I am a mother of 3 beautiful kids, 2 daughters and a son. Son being the youngest.
I was always dependent on my father when I was unmarried, then I was dependent on my husband after getting married and now I am dependent on my kids.
It feels really bad when you have to ask others for everything, I always wanted to work, wanted to open a boutique, the things people learn from fashion schools, those skills were in built in me. I could design and stitch my own suits, beautiful frocks for my daughter, when no one taught me how to even stitch.
When I was unmarried, my father forced me to get married at an early age, I had hardly completed my graduation, I refused to get married in the beginning but I wasn’t strong to keep on my words, I had to do it for my parents happiness.

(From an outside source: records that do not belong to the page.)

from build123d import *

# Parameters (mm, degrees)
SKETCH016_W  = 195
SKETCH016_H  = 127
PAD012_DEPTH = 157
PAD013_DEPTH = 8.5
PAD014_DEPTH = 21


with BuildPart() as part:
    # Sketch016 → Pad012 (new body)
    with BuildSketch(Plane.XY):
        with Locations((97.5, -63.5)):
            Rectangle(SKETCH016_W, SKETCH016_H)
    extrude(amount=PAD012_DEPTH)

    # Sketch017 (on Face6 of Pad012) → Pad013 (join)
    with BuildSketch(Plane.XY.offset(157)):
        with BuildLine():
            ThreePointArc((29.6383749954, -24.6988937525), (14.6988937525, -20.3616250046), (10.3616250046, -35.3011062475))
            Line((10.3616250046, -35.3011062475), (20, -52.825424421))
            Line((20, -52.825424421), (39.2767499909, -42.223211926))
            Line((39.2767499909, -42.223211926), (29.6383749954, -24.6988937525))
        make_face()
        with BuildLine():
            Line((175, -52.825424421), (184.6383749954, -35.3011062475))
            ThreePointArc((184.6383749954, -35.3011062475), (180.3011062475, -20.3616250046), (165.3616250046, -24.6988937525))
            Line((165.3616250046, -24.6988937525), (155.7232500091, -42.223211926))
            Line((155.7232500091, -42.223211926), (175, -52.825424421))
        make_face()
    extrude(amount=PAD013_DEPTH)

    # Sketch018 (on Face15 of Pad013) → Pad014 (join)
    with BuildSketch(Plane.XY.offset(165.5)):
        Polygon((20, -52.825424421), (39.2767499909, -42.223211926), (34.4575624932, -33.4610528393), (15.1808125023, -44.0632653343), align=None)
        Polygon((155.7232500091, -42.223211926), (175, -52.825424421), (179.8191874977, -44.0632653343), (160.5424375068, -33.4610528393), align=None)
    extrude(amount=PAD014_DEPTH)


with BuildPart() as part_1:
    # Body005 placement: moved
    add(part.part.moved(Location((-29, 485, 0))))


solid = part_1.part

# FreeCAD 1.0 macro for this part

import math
import FreeCAD as App
import Part
import Sketcher
from FreeCAD import Vector


def add_polygon(sketch, points):
    """Adds a closed chain of lines whose ends are joined by coincident constraints."""
    first, n = sketch.GeometryCount, len(points)
    for a, b in zip(points, points[1:] + points[:1]):
        sketch.addGeometry(Part.LineSegment(App.Vector(*a, 0), App.Vector(*b, 0)), False)
    for i in range(n):
        sketch.addConstraint(Sketcher.Constraint("Coincident", first + i, 2, first + (i + 1) % n, 1))

doc = App.newDocument("Part")
params = doc.addObject("Spreadsheet::Sheet", "Params")
for row, (alias, value) in enumerate([
    ("sketch1_width", "195 mm"),
    ("sketch1_height", "127 mm"),
    ("pad1_length", "157 mm"),
    ("sketch2_radius", "11 mm"),
    ("sketch2_length", "20 mm"),
    ("pad2_length", "8.5 mm"),
    ("sketch3_length", "22 mm"),
    ("sketch3_length2", "10 mm"),
    ("pad3_length", "21 mm"),
], start=1):
    params.set(f"A{row}", alias)
    params.set(f"B{row}", "=" + value)
    params.setAlias(f"B{row}", alias)

body = doc.addObject("PartDesign::Body", "Body")

sketch1 = doc.addObject("Sketcher::SketchObject", "Sketch")
body.addObject(sketch1)
sketch1.AttachmentSupport = (doc.XY_Plane, [""])
sketch1.MapMode = "FlatFace"
add_polygon(sketch1, [(0, 0), (0, -127), (195, -127), (195, 0)])
sketch1.addConstraint([
    Sketcher.Constraint("Vertical", 0),
    Sketcher.Constraint("Horizontal", 1),
    Sketcher.Constraint("Vertical", 2),
    Sketcher.Constraint("Horizontal", 3),
    Sketcher.Constraint("Coincident", 3, 2, -1, 1),
    Sketcher.Constraint("DistanceX", 1, 1, 1, 2, 195.0),
    Sketcher.Constraint("DistanceY", 0, 2, 0, 1, 127.0),
])
sketch1.setExpression("Constraints[9]", "Params.sketch1_width")
sketch1.setExpression("Constraints[10]", "Params.sketch1_height")
pad1 = doc.addObject("PartDesign::Pad", "Pad")
body.addObject(pad1)
pad1.Profile = sketch1
pad1.setExpression("Length", "Params.pad1_length")

sketch2 = doc.addObject("Sketcher::SketchObject", "Sketch001")
body.addObject(sketch2)
sketch2.AttachmentSupport = (doc.XY_Plane, [""])
sketch2.MapMode = "FlatFace"
sketch2.AttachmentOffset = App.Placement(Vector(0, 0, 157), App.Rotation())
sketch2.addGeometry([
    Part.ArcOfCircle(Part.Circle(Vector(20, -30, 0), Vector(0, 0, 1), 11), math.radians(28.810794), math.radians(208.810794)),
    Part.LineSegment(Vector(10.361625, -35.301106, 0), Vector(20, -52.825424, 0)),
    Part.LineSegment(Vector(20, -52.825424, 0), Vector(39.27675, -42.223212, 0)),
    Part.LineSegment(Vector(39.27675, -42.223212, 0), Vector(29.638375, -24.698894, 0)),
    Part.LineSegment(Vector(175, -52.825424, 0), Vector(184.638375, -35.301106, 0)),
    Part.ArcOfCircle(Part.Circle(Vector(175, -30, 0), Vector(0, 0, 1), 11), math.radians(-28.810794), math.radians(151.189206)),
    Part.LineSegment(Vector(165.361625, -24.698894, 0), Vector(155.72325, -42.223212, 0)),
    Part.LineSegment(Vector(155.72325, -42.223212, 0), Vector(175, -52.825424, 0)),
], False)
sketch2.addConstraint([
    Sketcher.Constraint("Tangent", 0, 2, 1, 1),
    Sketcher.Constraint("Coincident", 1, 2, 2, 1),
    Sketcher.Constraint("Coincident", 2, 2, 3, 1),
    Sketcher.Constraint("Tangent", 3, 2, 0, 1),
    Sketcher.Constraint("Tangent", 4, 2, 5, 1),
    Sketcher.Constraint("Tangent", 5, 2, 6, 1),
    Sketcher.Constraint("Coincident", 6, 2, 7, 1),
    Sketcher.Constraint("Coincident", 7, 2, 4, 1),
    Sketcher.Constraint("Equal", 0, 5),
    Sketcher.Constraint("Perpendicular", 1, 2),
    Sketcher.Constraint("Perpendicular", 2, 3),
    Sketcher.Constraint("Parallel", 4, 6),
    Sketcher.Constraint("Perpendicular", 6, 7),
    Sketcher.Constraint("Horizontal", 0, 3, 5, 3),
    Sketcher.Constraint("Horizontal", 0, 2, 4, 2),
    Sketcher.Constraint("Horizontal", 2, 2, 6, 2),
    Sketcher.Constraint("Vertical", 0, 3, 1, 2),
    Sketcher.Constraint("Radius", 0, 11.0),
    Sketcher.Constraint("Distance", 1, 20.0),
    Sketcher.Constraint("DistanceX", -1, 1, 0, 3, 20.0),
    Sketcher.Constraint("DistanceY", 0, 3, -1, 1, 30.0),
    Sketcher.Constraint("DistanceX", -1, 1, 5, 3, 175.0),
])
sketch2.setExpression("Constraints[17]", "Params.sketch2_radius")
sketch2.setExpression("Constraints[18]", "Params.sketch2_length")
pad2 = doc.addObject("PartDesign::Pad", "Pad001")
body.addObject(pad2)
pad2.Profile = sketch2
pad2.setExpression("Length", "Params.pad2_length")

sketch3 = doc.addObject("Sketcher::SketchObject", "Sketch002")
body.addObject(sketch3)
sketch3.AttachmentSupport = (doc.XY_Plane, [""])
sketch3.MapMode = "FlatFace"
sketch3.AttachmentOffset = App.Placement(Vector(0, 0, 165.5), App.Rotation())
add_polygon(sketch3, [(20, -52.825424), (39.27675, -42.223212), (34.457562, -33.461053), (15.180813, -44.063265)])
add_polygon(sketch3, [(155.72325, -42.223212), (175, -52.825424), (179.819187, -44.063265), (160.542438, -33.461053)])
sketch3.addConstraint([
    Sketcher.Constraint("Perpendicular", 0, 1),
    Sketcher.Constraint("Perpendicular", 1, 2),
    Sketcher.Constraint("Perpendicular", 2, 3),
    Sketcher.Constraint("Perpendicular", 4, 5),
    Sketcher.Constraint("Perpendicular", 5, 6),
    Sketcher.Constraint("Perpendicular", 6, 7),
    Sketcher.Constraint("Horizontal", 3, 2, 4, 2),
    Sketcher.Constraint("Horizontal", 2, 2, 5, 2),
    Sketcher.Constraint("Horizontal", 1, 2, 6, 2),
    Sketcher.Constraint("Equal", 2, 4),
    Sketcher.Constraint("Distance", 0, 22.0),
    Sketcher.Constraint("Distance", 1, 10.0),
    Sketcher.Constraint("DistanceX", -1, 1, 3, 2, 20.0),
    Sketcher.Constraint("DistanceX", -1, 1, 4, 2, 175.0),
    Sketcher.Constraint("DistanceX", 0, 2, 7, 2, 116.4465),
    Sketcher.Constraint("DistanceY", 0, 2, -1, 1, 42.223212),
])
sketch3.setExpression("Constraints[18]", "Params.sketch3_length")
sketch3.setExpression("Constraints[19]", "Params.sketch3_length2")
pad3 = doc.addObject("PartDesign::Pad", "Pad002")
body.addObject(pad3)
pad3.Profile = sketch3
pad3.setExpression("Length", "Params.pad3_length")
body2 = doc.addObject("PartDesign::Body", "Body001")
doc.recompute()

body.Placement = App.Placement(Vector(-29, 485, 0), App.Rotation(Vector(0, 0, 1), 0))
boolean = doc.addObject("PartDesign::Boolean", "Boolean")
body2.addObject(boolean)
boolean.Type = "Fuse"
boolean.addObjects([body])

doc.recompute()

And then when I got married, my life turned upside down, my in-laws were not supportive including my husband, before completing a year of marriage I gave birth to a girl child. I had to all the household work, take care of my daughter. My in-laws were bad to even my little daughter. I couldn’t leave her and go out for work, I though to leave her in a crèche but even that couldn’t serve the purpose.
And later my husband wanted me to look after home and kids.
But now I have realised how important it is to be self dependent and self-reliant. I wish I had fought with my father to study and work and not get married so early. If my in laws were not supportive I should have had given my aim a proper direction rather than family planning and later shouldn’t have had agreed my husband for everything. Now I am a weak and old body left with with so many what ifs.
Now I wish my daughters to be self dependent, I want them to start working and earn good before they get married. I made them learn to drive car, scooty, fought with my husband, to let them be whatever they want to be.
I don’t want my daughters to suffer like me. To make their lives better and not as vulnerable as mine. No matter anyone support them for their decisions or not, I will always be there for them.